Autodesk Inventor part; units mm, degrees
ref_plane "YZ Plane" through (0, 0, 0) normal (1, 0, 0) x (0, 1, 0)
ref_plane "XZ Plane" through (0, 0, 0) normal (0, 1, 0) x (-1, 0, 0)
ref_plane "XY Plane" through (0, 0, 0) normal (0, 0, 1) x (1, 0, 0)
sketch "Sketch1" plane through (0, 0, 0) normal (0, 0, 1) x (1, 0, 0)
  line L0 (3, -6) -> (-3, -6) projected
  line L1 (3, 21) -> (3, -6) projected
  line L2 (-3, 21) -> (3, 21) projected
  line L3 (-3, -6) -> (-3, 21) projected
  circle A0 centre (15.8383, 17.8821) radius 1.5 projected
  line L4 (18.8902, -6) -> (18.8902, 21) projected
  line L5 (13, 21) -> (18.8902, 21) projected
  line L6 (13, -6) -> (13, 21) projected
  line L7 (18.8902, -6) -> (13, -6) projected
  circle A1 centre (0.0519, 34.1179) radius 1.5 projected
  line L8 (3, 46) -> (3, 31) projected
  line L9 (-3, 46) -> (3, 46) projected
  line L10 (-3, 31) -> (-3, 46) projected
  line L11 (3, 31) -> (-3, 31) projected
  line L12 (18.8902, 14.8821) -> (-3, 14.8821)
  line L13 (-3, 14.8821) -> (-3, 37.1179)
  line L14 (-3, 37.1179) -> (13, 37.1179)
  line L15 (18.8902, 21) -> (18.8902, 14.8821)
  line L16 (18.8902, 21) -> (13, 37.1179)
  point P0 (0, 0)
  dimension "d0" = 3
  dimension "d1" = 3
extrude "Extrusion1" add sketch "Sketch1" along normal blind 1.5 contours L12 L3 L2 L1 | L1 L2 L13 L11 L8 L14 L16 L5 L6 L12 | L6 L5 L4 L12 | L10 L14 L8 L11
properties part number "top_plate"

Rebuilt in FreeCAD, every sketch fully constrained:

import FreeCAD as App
import Part
import Sketcher
Q = App.Units.Quantity

doc = App.newDocument("Part")
params = doc.addObject("Spreadsheet::Sheet", "Params")
for row, (alias, value) in enumerate([
    ("sketch1_diameter", "3 mm"),
    ("sketch1_width", "16 mm"),
    ("pad1_length", "1.5 mm"),
], start=1):
    params.set(f"A{row}", alias)
    params.set(f"B{row}", "=" + value)
    params.setAlias(f"B{row}", alias)

body = doc.addObject("PartDesign::Body", "Body")

sketch1 = body.newObject("Sketcher::SketchObject", "Sketch")
sketch1.AttachmentSupport = (doc.getObject("XY_Plane"), [""])
sketch1.MapMode = "FlatFace"
sketch1.addGeometry([
    Part.LineSegment(App.Vector(-3, 14.9, 0), App.Vector(18.9, 14.9, 0)),
    Part.LineSegment(App.Vector(18.9, 14.9, 0), App.Vector(18.9, 21, 0)),
    Part.LineSegment(App.Vector(18.9, 21, 0), App.Vector(13, 37.1, 0)),
    Part.LineSegment(App.Vector(13, 37.1, 0), App.Vector(-3, 37.1, 0)),
    Part.LineSegment(App.Vector(-3, 37.1, 0), App.Vector(-3, 14.9, 0)),
    Part.Circle(App.Vector(15.8, 17.9, 0), App.Vector(0, 0, 1), 1.5),
    Part.Circle(App.Vector(0.1, 34.1, 0), App.Vector(0, 0, 1), 1.5),
], False)
sketch1.addConstraint([
    Sketcher.Constraint("Coincident", 0, 2, 1, 1),
    Sketcher.Constraint("Coincident", 1, 2, 2, 1),
    Sketcher.Constraint("Coincident", 2, 2, 3, 1),
    Sketcher.Constraint("Coincident", 3, 2, 4, 1),
    Sketcher.Constraint("Coincident", 4, 2, 0, 1),
    Sketcher.Constraint("Horizontal", 0),
    Sketcher.Constraint("Vertical", 1),
    Sketcher.Constraint("Horizontal", 3),
    Sketcher.Constraint("Vertical", 4),
    Sketcher.Constraint("Equal", 5, 6),
    Sketcher.Constraint("Diameter", 5, Q("3 mm")),
    Sketcher.Constraint("DistanceX", 3, 2, -1, 1, Q("3 mm")),
    Sketcher.Constraint("DistanceY", 0, 2, 5, 3, Q("3 mm")),
    Sketcher.Constraint("DistanceY", 6, 3, 2, 2, Q("3 mm")),
    Sketcher.Constraint("DistanceX", 3, 2, 3, 1, Q("16 mm")),
    Sketcher.Constraint("DistanceY", -1, 1, 1, 2, Q("21 mm")),
    Sketcher.Constraint("DistanceY", 1, 1, 1, 2, Q("6.118 mm")),
    Sketcher.Constraint("DistanceX", 0, 1, 0, 2, Q("21.8902 mm")),
    Sketcher.Constraint("DistanceY", 4, 2, 4, 1, Q("22.2358 mm")),
    Sketcher.Constraint("DistanceX", -1, 1, 6, 3, Q("0.052 mm")),
    Sketcher.Constraint("DistanceX", 5, 3, 0, 2, Q("3.052 mm")),
])
sketch1.setExpression("Constraints[10]", "Params.sketch1_diameter")
sketch1.setExpression("Constraints[14]", "Params.sketch1_width")
pad1 = body.newObject("PartDesign::Pad", "Pad")
pad1.Profile = sketch1
pad1.setExpression("Length", "Params.pad1_length")

doc.recompute()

_AIM OF THE TASK_
The records above are to be duplicated word for word.

_SOLUTION_
Autodesk Inventor part; units mm, degrees
ref_plane "YZ Plane" through (0, 0, 0) normal (1, 0, 0) x (0, 1, 0)
ref_plane "XZ Plane" through (0, 0, 0) normal (0, 1, 0) x (-1, 0, 0)
ref_plane "XY Plane" through (0, 0, 0) normal (0, 0, 1) x (1, 0, 0)
sketch "Sketch1" plane through (0, 0, 0) normal (0, 0, 1) x (1, 0, 0)
  line L0 (3, -6) -> (-3, -6) projected
  line L1 (3, 21) -> (3, -6) projected
  line L2 (-3, 21) -> (3, 21) projected
  line L3 (-3, -6) -> (-3, 21) projected
  circle A0 centre (15.8383, 17.8821) radius 1.5 projected
  line L4 (18.8902, -6) -> (18.8902, 21) projected
  line L5 (13, 21) -> (18.8902, 21) projected
  line L6 (13, -6) -> (13, 21) projected
  line L7 (18.8902, -6) -> (13, -6) projected
  circle A1 centre (0.0519, 34.1179) radius 1.5 projected
  line L8 (3, 46) -> (3, 31) projected
  line L9 (-3, 46) -> (3, 46) projected
  line L10 (-3, 31) -> (-3, 46) projected
  line L11 (3, 31) -> (-3, 31) projected
  line L12 (18.8902, 14.8821) -> (-3, 14.8821)
  line L13 (-3, 14.8821) -> (-3, 37.1179)
  line L14 (-3, 37.1179) -> (13, 37.1179)
  line L15 (18.8902, 21) -> (18.8902, 14.8821)
  line L16 (18.8902, 21) -> (13, 37.1179)
  point P0 (0, 0)
  dimension "d0" = 3
  dimension "d1" = 3
extrude "Extrusion1" add sketch "Sketch1" along normal blind 1.5 contours L12 L3 L2 L1 | L1 L2 L13 L11 L8 L14 L16 L5 L6 L12 | L6 L5 L4 L12 | L10 L14 L8 L11
properties part number "top_plate"

Rebuilt in FreeCAD, every sketch fully constrained:

import FreeCAD as App
import Part
import Sketcher
Q = App.Units.Quantity

doc = App.newDocument("Part")
params = doc.addObject("Spreadsheet::Sheet", "Params")
for row, (alias, value) in enumerate([
    ("sketch1_diameter", "3 mm"),
    ("sketch1_width", "16 mm"),
    ("pad1_length", "1.5 mm"),
], start=1):
    params.set(f"A{row}", alias)
    params.set(f"B{row}", "=" + value)
    params.setAlias(f"B{row}", alias)

body = doc.addObject("PartDesign::Body", "Body")

sketch1 = body.newObject("Sketcher::SketchObject", "Sketch")
sketch1.AttachmentSupport = (doc.getObject("XY_Plane"), [""])
sketch1.MapMode = "FlatFace"
sketch1.addGeometry([
    Part.LineSegment(App.Vector(-3, 14.9, 0), App.Vector(18.9, 14.9, 0)),
    Part.LineSegment(App.Vector(18.9, 14.9, 0), App.Vector(18.9, 21, 0)),
    Part.LineSegment(App.Vector(18.9, 21, 0), App.Vector(13, 37.1, 0)),
    Part.LineSegment(App.Vector(13, 37.1, 0), App.Vector(-3, 37.1, 0)),
    Part.LineSegment(App.Vector(-3, 37.1, 0), App.Vector(-3, 14.9, 0)),
    Part.Circle(App.Vector(15.8, 17.9, 0), App.Vector(0, 0, 1), 1.5),
    Part.Circle(App.Vector(0.1, 34.1, 0), App.Vector(0, 0, 1), 1.5),
], False)
sketch1.addConstraint([
    Sketcher.Constraint("Coincident", 0, 2, 1, 1),
    Sketcher.Constraint("Coincident", 1, 2, 2, 1),
    Sketcher.Constraint("Coincident", 2, 2, 3, 1),
    Sketcher.Constraint("Coincident", 3, 2, 4, 1),
    Sketcher.Constraint("Coincident", 4, 2, 0, 1),
    Sketcher.Constraint("Horizontal", 0),
    Sketcher.Constraint("Vertical", 1),
    Sketcher.Constraint("Horizontal", 3),
    Sketcher.Constraint("Vertical", 4),
    Sketcher.Constraint("Equal", 5, 6),
    Sketcher.Constraint("Diameter", 5, Q("3 mm")),
    Sketcher.Constraint("DistanceX", 3, 2, -1, 1, Q("3 mm")),
    Sketcher.Constraint("DistanceY", 0, 2, 5, 3, Q("3 mm")),
    Sketcher.Constraint("DistanceY", 6, 3, 2, 2, Q("3 mm")),
    Sketcher.Constraint("DistanceX", 3, 2, 3, 1, Q("16 mm")),
    Sketcher.Constraint("DistanceY", -1, 1, 1, 2, Q("21 mm")),
    Sketcher.Constraint("DistanceY", 1, 1, 1, 2, Q("6.118 mm")),
    Sketcher.Constraint("DistanceX", 0, 1, 0, 2, Q("21.8902 mm")),
    Sketcher.Constraint("DistanceY", 4, 2, 4, 1, Q("22.2358 mm")),
    Sketcher.Constraint("DistanceX", -1, 1, 6, 3, Q("0.052 mm")),
    Sketcher.Constraint("DistanceX", 5, 3, 0, 2, Q("3.052 mm")),
])
sketch1.setExpression("Constraints[10]", "Params.sketch1_diameter")
sketch1.setExpression("Constraints[14]", "Params.sketch1_width")
pad1 = body.newObject("PartDesign::Pad", "Pad")
pad1.Profile = sketch1
pad1.setExpression("Length", "Params.pad1_length")

doc.recompute()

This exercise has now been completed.